もっと抱きしめればよかった…後悔の中で出会った“あの子からのメッセージ”

ペットロス

「もう一度だけ、抱きしめたかった」

愛犬コタロウを看取ったあと、私の中で一番強く残った感情は、

「もっと抱きしめてあげればよかった」

という悔いでした。最期の日、そばにはいたけれど、動揺してしまい、何をどうしていいのかわからなかった。

亡くなってから、何度も思いました。

あの子の温もりがまだ残っているうちに、もっと抱きしめて、もっと話しかけてあげればよかった。

あんなに甘えん坊だったコタロウに、最期こそ、たくさんの愛情を注ぐべきだったのに。

後悔の正体とはなにか?

ペットロスに限らず、人が大切な存在を失ったときに感じる「後悔」には、いくつかのパターンがあります。たとえば、

行動をしなかった後悔
(もっと抱きしめたかった、もっと遊べばよかった)

判断を誤った後悔
(病院に連れていくタイミングが遅かった)

感情を伝えられなかった後悔
(「大好き」と言えなかった)

こうした後悔は、死別の直後よりも、少し時間が経ってからじわじわと押し寄せてくることがあります。そしてそれは、「もっとできたはず」という愛情ゆえの痛みでもあります。
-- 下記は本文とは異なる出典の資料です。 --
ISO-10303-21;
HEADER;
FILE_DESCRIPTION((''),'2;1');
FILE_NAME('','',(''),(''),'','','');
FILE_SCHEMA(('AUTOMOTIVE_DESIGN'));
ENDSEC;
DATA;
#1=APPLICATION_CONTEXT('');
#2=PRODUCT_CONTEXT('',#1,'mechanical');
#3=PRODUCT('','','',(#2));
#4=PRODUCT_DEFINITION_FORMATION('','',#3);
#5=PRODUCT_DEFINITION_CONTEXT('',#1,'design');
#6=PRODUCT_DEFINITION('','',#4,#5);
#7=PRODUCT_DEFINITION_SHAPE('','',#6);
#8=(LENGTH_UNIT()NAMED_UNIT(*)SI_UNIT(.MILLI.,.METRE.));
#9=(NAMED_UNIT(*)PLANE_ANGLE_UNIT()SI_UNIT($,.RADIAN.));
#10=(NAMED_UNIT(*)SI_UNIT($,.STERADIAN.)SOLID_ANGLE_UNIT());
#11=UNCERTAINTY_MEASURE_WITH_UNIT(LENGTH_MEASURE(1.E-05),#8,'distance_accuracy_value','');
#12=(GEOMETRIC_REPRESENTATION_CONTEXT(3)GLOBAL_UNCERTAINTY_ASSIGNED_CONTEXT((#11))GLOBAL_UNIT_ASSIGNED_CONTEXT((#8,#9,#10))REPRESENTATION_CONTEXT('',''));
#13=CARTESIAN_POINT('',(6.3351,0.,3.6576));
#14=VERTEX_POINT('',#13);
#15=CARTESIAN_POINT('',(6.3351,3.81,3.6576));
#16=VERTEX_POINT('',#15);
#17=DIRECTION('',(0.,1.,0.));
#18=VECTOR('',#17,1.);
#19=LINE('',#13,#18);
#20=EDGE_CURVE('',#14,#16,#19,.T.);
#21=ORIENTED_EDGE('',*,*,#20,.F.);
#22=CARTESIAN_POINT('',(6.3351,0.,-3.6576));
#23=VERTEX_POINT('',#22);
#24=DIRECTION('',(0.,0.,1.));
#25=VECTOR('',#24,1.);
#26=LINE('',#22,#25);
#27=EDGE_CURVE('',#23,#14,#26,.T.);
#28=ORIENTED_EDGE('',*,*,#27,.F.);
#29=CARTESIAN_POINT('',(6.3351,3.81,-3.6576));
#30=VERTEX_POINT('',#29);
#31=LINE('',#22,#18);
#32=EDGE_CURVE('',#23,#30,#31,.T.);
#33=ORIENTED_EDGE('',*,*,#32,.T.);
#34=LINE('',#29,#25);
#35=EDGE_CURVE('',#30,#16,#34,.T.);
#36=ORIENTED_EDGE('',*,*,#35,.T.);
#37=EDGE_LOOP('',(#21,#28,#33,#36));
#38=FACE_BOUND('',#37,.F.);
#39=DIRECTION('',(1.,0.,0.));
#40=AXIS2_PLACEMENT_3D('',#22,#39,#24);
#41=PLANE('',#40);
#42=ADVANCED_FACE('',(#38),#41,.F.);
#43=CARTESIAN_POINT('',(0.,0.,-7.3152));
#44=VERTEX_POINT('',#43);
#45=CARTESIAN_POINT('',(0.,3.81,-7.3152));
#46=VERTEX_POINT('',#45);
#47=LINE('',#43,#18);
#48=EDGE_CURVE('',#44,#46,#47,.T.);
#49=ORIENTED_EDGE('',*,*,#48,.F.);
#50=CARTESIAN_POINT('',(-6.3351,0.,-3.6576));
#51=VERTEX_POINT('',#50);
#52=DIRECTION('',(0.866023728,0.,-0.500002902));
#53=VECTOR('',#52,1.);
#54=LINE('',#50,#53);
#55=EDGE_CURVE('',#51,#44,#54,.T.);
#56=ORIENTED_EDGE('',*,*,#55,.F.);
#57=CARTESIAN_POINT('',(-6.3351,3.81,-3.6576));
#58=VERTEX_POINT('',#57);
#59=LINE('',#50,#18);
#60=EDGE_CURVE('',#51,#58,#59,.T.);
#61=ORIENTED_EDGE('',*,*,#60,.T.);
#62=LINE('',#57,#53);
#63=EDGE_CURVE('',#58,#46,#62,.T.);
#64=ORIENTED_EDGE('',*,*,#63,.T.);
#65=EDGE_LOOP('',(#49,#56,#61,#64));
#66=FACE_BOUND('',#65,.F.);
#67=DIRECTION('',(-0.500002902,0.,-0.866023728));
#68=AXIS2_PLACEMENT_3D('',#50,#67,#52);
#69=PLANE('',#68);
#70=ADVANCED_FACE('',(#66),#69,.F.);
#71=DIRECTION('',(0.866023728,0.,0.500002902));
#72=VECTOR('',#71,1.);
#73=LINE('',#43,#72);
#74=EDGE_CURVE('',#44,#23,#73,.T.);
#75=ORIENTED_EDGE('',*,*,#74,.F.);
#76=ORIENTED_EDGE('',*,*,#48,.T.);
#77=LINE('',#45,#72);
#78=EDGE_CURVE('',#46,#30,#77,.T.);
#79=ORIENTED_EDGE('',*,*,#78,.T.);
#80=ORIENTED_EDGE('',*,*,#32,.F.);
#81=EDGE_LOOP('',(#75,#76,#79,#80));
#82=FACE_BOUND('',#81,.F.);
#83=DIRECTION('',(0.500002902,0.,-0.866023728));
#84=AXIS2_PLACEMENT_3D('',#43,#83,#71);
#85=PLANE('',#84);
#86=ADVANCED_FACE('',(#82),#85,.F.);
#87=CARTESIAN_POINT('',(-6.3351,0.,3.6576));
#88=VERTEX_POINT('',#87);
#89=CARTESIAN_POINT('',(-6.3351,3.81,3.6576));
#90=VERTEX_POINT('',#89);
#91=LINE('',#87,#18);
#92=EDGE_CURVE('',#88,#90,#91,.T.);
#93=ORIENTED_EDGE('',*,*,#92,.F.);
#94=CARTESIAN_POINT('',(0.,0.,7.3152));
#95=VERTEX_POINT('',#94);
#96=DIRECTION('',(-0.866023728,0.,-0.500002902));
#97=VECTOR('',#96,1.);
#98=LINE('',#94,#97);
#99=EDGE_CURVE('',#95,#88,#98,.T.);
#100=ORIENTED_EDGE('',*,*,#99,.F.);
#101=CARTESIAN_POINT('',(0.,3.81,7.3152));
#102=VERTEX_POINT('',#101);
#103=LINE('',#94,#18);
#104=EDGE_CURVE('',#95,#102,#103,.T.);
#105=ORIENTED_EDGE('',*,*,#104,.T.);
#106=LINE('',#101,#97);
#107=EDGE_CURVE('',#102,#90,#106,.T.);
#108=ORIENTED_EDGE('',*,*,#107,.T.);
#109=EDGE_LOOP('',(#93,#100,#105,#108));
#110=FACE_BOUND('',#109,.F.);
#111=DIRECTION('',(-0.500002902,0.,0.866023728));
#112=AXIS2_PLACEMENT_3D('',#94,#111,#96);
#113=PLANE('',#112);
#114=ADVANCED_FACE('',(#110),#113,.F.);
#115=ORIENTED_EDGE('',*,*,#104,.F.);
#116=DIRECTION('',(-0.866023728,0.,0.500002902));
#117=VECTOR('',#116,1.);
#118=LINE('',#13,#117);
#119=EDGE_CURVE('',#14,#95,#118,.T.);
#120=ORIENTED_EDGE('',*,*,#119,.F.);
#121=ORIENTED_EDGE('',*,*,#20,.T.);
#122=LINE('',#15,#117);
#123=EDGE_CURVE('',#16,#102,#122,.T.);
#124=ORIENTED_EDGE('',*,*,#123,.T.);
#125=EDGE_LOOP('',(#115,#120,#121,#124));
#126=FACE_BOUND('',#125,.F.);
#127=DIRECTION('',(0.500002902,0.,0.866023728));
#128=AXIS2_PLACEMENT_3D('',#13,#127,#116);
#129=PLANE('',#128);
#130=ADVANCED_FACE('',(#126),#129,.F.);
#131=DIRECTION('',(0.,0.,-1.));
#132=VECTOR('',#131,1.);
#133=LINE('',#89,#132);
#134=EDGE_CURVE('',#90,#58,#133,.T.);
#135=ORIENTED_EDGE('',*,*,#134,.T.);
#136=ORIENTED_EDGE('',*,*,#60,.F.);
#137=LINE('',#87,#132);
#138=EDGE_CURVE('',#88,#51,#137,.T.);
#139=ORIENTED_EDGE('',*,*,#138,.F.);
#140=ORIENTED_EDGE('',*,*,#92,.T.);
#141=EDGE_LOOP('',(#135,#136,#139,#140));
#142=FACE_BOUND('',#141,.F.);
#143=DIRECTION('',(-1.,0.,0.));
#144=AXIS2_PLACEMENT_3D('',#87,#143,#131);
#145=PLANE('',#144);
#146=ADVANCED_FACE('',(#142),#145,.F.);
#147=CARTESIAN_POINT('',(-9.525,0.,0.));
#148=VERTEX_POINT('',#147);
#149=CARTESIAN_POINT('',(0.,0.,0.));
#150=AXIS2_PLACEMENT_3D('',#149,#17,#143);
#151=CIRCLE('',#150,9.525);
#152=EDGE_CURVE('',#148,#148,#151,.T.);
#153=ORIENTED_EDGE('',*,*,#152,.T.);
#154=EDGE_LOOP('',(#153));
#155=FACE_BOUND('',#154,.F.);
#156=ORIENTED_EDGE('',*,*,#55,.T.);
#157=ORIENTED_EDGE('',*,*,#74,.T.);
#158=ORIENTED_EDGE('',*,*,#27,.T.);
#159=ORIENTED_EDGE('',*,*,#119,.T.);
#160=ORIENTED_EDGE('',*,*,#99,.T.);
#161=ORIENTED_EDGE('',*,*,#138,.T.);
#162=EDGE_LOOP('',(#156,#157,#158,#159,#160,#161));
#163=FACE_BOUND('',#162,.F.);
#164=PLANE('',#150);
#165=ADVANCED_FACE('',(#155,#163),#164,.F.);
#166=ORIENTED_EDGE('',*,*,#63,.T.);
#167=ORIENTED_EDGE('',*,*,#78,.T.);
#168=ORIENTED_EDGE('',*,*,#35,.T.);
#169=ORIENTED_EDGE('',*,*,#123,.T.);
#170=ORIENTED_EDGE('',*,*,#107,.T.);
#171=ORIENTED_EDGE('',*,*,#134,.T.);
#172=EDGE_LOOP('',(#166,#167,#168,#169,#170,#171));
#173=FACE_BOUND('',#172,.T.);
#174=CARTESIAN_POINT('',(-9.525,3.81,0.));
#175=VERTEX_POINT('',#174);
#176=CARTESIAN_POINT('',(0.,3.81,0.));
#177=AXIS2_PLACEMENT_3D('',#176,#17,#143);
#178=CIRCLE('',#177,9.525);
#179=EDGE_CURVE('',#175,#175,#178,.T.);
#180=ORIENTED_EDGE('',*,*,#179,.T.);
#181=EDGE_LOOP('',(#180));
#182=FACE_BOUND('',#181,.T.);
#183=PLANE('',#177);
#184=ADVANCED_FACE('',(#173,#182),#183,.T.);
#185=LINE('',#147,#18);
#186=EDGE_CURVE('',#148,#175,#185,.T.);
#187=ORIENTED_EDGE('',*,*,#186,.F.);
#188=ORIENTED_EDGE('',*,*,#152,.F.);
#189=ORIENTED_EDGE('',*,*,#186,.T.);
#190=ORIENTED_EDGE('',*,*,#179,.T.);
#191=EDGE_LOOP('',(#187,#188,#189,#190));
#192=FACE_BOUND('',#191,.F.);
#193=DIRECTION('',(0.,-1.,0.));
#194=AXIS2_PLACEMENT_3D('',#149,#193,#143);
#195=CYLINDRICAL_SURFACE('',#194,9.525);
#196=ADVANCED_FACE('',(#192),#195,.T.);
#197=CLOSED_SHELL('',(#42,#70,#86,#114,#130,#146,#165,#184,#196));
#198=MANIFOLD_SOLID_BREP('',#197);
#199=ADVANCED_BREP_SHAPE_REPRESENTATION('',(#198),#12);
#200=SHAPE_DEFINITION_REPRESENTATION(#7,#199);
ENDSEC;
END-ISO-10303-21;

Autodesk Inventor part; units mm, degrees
ref_plane "YZ Plane" through (0, 0, 0) normal (1, 0, 0) x (0, 1, 0)
ref_plane "XZ Plane" through (0, 0, 0) normal (0, 1, 0) x (-1, 0, 0)
ref_plane "XY Plane" through (0, 0, 0) normal (0, 0, 1) x (1, 0, 0)
sketch "Sketch1" plane through (0, 0, 0) normal (0, 1, 0) x (-1, 0, 0)
  circle A0 centre (0, 0) radius 9.525
  line L0 (0, -7.3152) -> (-6.3351, -3.6576)
  line L1 (-6.3351, -3.6576) -> (-6.3351, 3.6576)
  line L2 (-6.3351, 3.6576) -> (0, 7.3152)
  line L3 (0, 7.3152) -> (6.3351, 3.6576)
  line L4 (6.3351, 3.6576) -> (6.3351, -3.6576)
  line L5 (6.3351, -3.6576) -> (0, -7.3152)
  dimension "d0" = 19.05
  dimension "d1" = 7.3152
extrude "Extrusion1" add sketch "Sketch1" along normal blind 3.81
特にペットとの別れは言葉を交わせない分、自分だけが一方的に責任を感じてしまうことが多いのです。

コタロウの記憶にある”ぬくもり”

コタロウは小柄なコーギーでした。いつも私の足元で丸くなり、私が座れば膝にのぼってきて、そのまま眠ることもありました。あの子はきっと、何より“触れ合う時間”が好きだったのだと思います。

でも最期のとき、私はその触れ合いを恐れてしまった。

何かしても無駄なのでは、という無力感があって、ただ見つめるだけだった。

だからこそ、「もっと抱きしめれば」という後悔が、ずっと消えなかったのだと思います。

そんな中、私はココナラで一番評判が良いといわれているアニマルリーディングの先生にお願いしてみました。
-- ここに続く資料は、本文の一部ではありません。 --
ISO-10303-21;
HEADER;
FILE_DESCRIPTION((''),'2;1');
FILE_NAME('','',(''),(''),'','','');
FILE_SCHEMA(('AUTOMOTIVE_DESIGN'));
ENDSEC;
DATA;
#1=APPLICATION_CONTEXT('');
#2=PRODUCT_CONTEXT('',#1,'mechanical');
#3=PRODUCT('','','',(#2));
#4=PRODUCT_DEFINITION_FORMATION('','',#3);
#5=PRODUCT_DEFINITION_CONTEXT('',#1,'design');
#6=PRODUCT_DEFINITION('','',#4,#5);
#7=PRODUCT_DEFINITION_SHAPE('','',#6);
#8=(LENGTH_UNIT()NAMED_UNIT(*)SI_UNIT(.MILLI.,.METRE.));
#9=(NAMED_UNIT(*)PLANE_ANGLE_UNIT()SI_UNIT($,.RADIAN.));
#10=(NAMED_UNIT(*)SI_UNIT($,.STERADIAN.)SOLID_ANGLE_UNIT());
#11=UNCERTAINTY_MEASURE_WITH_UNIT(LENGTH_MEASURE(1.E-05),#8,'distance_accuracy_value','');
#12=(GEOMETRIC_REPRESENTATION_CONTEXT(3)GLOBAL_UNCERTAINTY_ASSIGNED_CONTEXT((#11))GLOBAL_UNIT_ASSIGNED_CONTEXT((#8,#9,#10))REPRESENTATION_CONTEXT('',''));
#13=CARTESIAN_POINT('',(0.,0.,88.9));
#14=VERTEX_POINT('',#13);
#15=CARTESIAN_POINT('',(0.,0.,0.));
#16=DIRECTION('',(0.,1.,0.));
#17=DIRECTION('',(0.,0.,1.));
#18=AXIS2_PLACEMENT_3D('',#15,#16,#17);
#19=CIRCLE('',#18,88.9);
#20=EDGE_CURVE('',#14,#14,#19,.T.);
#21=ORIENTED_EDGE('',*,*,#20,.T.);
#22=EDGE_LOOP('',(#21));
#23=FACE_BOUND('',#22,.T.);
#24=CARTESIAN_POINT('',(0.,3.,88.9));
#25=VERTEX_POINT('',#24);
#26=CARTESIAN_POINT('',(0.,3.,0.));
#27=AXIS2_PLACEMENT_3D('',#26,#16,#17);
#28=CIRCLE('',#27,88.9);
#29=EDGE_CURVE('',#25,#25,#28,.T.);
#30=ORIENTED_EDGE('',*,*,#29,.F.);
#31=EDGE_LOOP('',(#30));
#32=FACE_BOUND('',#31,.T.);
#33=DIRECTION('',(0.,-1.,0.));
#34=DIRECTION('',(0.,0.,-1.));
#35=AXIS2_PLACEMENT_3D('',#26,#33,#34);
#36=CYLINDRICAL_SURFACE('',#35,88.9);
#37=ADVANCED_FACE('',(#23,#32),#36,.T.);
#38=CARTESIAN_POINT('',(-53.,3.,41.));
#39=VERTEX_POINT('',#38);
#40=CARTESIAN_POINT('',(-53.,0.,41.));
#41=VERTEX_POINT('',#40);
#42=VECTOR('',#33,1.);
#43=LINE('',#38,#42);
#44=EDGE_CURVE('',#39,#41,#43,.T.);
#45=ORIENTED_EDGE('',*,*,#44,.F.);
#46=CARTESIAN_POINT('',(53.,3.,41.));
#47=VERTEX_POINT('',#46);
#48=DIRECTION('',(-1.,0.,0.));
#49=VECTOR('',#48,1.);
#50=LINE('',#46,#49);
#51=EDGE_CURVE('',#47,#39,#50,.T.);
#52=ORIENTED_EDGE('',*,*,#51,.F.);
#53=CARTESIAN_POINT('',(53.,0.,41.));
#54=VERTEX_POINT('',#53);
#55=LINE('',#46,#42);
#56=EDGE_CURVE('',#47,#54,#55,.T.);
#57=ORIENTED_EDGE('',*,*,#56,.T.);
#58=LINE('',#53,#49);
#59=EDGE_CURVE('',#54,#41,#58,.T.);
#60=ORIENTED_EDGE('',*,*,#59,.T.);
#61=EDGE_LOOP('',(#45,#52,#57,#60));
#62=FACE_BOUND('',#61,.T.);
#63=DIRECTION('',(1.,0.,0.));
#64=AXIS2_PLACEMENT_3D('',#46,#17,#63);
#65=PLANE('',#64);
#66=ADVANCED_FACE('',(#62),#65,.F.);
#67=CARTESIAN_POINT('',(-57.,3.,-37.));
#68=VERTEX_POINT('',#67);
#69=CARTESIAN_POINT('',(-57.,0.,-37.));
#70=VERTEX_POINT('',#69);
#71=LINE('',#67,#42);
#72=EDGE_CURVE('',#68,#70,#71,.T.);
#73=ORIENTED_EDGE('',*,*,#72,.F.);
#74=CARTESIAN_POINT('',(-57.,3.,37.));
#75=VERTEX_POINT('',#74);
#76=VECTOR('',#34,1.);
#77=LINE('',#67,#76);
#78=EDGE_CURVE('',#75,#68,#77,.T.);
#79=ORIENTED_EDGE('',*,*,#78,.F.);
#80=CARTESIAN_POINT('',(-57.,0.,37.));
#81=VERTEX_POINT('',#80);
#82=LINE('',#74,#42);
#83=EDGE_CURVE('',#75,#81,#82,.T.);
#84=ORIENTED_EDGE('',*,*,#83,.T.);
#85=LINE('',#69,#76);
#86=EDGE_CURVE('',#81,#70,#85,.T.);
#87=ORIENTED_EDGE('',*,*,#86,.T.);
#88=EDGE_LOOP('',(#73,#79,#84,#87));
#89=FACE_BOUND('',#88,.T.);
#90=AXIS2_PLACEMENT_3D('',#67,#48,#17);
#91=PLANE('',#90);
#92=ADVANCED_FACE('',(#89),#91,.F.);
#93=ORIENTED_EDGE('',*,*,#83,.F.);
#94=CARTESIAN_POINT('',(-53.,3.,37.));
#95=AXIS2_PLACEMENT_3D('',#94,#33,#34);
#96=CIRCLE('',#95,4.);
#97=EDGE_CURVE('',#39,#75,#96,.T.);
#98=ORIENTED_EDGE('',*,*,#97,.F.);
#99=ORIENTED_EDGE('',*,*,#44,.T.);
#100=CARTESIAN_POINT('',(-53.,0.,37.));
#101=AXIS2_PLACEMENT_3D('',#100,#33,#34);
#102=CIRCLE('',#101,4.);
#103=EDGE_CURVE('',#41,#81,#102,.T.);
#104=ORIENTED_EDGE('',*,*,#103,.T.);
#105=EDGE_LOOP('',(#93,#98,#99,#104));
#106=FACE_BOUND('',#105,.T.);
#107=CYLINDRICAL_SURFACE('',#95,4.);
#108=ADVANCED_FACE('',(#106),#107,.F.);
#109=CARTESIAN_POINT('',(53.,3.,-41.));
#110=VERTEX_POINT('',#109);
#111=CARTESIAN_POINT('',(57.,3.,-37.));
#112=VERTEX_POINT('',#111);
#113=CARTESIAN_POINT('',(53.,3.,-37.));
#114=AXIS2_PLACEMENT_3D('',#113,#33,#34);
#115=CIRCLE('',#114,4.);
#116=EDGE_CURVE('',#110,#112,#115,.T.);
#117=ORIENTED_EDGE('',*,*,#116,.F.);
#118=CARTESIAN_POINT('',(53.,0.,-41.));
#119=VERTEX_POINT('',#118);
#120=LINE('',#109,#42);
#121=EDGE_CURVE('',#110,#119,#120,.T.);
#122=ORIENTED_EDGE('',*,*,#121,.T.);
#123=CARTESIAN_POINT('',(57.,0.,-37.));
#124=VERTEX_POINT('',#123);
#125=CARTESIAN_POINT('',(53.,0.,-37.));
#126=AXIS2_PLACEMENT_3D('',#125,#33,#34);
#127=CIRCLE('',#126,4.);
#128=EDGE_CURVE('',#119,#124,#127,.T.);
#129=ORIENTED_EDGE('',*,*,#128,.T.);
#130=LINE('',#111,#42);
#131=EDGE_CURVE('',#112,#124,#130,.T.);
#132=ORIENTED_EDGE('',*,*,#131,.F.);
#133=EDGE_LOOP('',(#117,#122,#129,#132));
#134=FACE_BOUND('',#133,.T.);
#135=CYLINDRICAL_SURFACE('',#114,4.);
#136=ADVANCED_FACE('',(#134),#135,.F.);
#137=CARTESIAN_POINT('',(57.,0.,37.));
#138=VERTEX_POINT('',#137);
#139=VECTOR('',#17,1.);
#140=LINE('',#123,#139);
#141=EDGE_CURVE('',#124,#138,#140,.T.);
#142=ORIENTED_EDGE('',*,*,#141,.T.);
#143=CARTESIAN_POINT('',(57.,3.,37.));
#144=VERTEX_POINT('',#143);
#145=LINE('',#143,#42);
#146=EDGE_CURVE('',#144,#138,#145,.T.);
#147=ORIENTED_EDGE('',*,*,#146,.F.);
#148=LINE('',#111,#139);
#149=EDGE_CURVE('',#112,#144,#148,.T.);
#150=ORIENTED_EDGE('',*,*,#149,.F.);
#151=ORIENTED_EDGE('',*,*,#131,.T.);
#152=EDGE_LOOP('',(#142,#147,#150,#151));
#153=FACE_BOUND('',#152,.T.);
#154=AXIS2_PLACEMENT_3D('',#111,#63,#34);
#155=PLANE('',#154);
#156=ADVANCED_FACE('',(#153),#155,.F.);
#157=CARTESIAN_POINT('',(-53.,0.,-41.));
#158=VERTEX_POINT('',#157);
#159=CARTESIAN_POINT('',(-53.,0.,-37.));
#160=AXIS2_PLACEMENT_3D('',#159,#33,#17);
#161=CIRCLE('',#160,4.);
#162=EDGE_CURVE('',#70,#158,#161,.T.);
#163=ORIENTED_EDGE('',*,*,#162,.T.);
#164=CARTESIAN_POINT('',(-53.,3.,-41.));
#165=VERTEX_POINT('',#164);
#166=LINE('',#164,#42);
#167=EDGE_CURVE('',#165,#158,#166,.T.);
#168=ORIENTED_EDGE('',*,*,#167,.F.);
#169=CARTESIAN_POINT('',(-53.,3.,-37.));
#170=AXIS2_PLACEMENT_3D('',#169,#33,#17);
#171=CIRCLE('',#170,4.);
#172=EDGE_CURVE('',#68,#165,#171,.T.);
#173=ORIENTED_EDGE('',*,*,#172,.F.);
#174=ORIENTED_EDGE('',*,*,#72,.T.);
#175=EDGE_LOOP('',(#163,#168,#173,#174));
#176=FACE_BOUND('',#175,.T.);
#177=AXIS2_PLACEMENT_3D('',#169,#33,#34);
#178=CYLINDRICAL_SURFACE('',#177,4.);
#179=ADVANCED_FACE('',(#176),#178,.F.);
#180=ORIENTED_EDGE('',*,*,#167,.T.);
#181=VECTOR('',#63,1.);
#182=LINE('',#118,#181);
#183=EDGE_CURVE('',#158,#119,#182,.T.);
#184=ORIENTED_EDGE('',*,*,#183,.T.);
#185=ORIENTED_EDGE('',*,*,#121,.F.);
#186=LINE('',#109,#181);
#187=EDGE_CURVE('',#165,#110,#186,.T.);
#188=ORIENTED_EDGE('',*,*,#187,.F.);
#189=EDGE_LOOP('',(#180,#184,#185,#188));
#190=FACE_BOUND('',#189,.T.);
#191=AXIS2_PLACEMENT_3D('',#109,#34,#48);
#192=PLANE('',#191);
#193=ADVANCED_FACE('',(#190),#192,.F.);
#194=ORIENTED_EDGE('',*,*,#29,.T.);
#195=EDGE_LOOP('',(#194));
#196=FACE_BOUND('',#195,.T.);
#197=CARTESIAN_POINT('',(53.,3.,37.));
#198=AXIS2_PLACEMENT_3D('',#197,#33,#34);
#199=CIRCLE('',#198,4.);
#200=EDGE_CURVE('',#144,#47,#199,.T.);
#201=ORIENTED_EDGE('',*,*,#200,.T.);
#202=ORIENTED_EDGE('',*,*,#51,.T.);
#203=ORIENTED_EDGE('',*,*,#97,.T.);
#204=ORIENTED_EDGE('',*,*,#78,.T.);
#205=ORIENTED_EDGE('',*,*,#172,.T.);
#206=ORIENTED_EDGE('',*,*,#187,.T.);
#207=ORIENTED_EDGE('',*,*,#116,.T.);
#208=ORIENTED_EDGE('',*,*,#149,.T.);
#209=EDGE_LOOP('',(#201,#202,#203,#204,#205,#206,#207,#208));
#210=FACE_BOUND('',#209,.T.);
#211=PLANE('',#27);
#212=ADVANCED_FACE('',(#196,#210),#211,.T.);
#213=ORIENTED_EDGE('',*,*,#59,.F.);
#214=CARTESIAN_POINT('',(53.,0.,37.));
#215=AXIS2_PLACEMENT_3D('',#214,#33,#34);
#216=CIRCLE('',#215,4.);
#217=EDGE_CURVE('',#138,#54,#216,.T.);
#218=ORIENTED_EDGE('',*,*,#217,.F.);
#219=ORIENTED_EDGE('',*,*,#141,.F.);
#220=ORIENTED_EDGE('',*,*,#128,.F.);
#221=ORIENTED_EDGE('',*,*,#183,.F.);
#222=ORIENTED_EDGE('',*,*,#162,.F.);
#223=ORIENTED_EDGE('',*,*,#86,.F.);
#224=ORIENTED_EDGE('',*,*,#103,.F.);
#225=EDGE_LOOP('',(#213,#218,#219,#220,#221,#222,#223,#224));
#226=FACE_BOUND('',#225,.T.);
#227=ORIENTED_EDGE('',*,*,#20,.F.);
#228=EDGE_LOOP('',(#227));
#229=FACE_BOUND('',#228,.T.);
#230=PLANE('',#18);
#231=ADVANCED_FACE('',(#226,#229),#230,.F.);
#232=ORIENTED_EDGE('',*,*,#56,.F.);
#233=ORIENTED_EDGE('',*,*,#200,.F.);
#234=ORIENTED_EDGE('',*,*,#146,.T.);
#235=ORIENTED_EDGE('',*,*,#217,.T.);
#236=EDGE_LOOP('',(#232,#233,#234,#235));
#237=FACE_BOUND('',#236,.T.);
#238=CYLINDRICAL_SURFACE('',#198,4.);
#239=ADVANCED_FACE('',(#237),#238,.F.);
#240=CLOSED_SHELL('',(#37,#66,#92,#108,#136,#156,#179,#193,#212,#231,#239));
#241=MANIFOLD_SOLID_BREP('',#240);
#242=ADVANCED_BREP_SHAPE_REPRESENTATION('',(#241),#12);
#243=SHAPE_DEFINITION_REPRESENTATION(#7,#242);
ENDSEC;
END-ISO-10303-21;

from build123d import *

# Parameters (mm, degrees)
SKETCH1_R           = 88.9
BOSS_EXTRUDE1_DEPTH = 3
CUT_EXTRUDE2_DEPTH  = 3


with BuildPart() as part:
    # Sketch1 → Boss-Extrude1 (new body)
    with BuildSketch(Plane(origin=(0, 0, 0), x_dir=(1, 0, 0), z_dir=(0, 1, 0))):
        with Locations(Location((0, 0, 0), (0, 0, 270))):
            Circle(SKETCH1_R)
    extrude(amount=BOSS_EXTRUDE1_DEPTH)

    # Sketch3 → Cut-Extrude2 (cut)
    with BuildSketch(Plane.XZ):
        with BuildLine():
            Line((53, -41), (-53, -41))
            ThreePointArc((-53, -41), (-55.828427125, -39.828427125), (-57, -37))
            Line((-57, -37), (-57, 37))
            ThreePointArc((-57, 37), (-55.828427125, 39.828427125), (-53, 41))
            Line((-53, 41), (53, 41))
            ThreePointArc((53, 41), (55.828427125, 39.828427125), (57, 37))
            Line((57, 37), (57, -37))
            ThreePointArc((57, -37), (55.828427125, -39.828427125), (53, -41))
        make_face()
    extrude(amount=-CUT_EXTRUDE2_DEPTH, mode=Mode.SUBTRACT)


solid = part.part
最初はもちろん半信半疑でしたし、プロフィール写真も霊能者らしい雰囲気とはまったく違っていて、正直ちょっと拍子抜けしたのを覚えています。

でも、先生の口から出た言葉に、私は思わず息をのみました。

「ソファの前で、コタロウくんが登ろうとして足を滑らせて…そのまま、下からあなたの顔をじっと見てる様子が見えます。抱き上げてほしかったけど、あなたの気持ちを察して、“やめておこう”って引いたみたいですね」

一瞬で、あの場面が頭によみがえりました。

亡くなる前日、コタロウは脚を踏み外して、それでも無理に鳴いたりせず、ただ私をじっと見上げてきたんです。

「抱いてほしい」と言われた気がして、それでも私は動けなかった。

それを“見ていたかのように”言われたとき、胸の奥の何かが溶けるような気がしました。

そして先生は、静かに続けました。

「それでも、コタロウくんは“自分の好きな場所で、好きなようにいられた”って満足してますよ。抱きしめられなかったことよりも、最期まで“あなたがそばにいた”ことを喜んでるみたいです」

私は、その言葉に救われました。

あのときの自分を責めることしかできなかったけど、あの子にとっては、ちゃんと“安心の中にいた最期”だったのかもしれない。

そう思えたことで、ようやく、ほんの少しだけ「ありがとう」を伝えられるようになった気がしたんです。

“メッセージ”とは、記憶の中にあるもの

数日後、静かな夜にコタロウの匂いがふっと漂った気がして、部屋を見渡しました。当然そこには誰もいません。

でもそのとき、なぜかこう聞こえたんです。

「だいじょうぶだよ、ちゃんと伝わってたよ」

それは幻聴だったのかもしれないし、私の心が作り出した声だったのかもしれません。

でも、あの瞬間だけは、確かに何かが届いたように感じました。

メッセージとは、誰かからもらうものではなく、自分の中に見つけるものなのかもしれません。

後悔から愛しさへ変わるまで

失った存在に対して抱く後悔は、完全に消えることはありません。でも、その後悔は愛情の証です

もっと何かしてあげたかった、もっと一緒にいたかった、そう思える相手がいたということ。それ自体が、かけがえのない体験です。

そしてきっと、あの子はわかっていたはずです。最期のときに十分に抱きしめられなくても、これまでの日々のなかで、どれほど深く愛されていたかを。

後悔が、やがて愛しさに変わる日が来る。

そう信じて、私は今日もコタロウの写真に、笑って「おはよう」と声をかけています。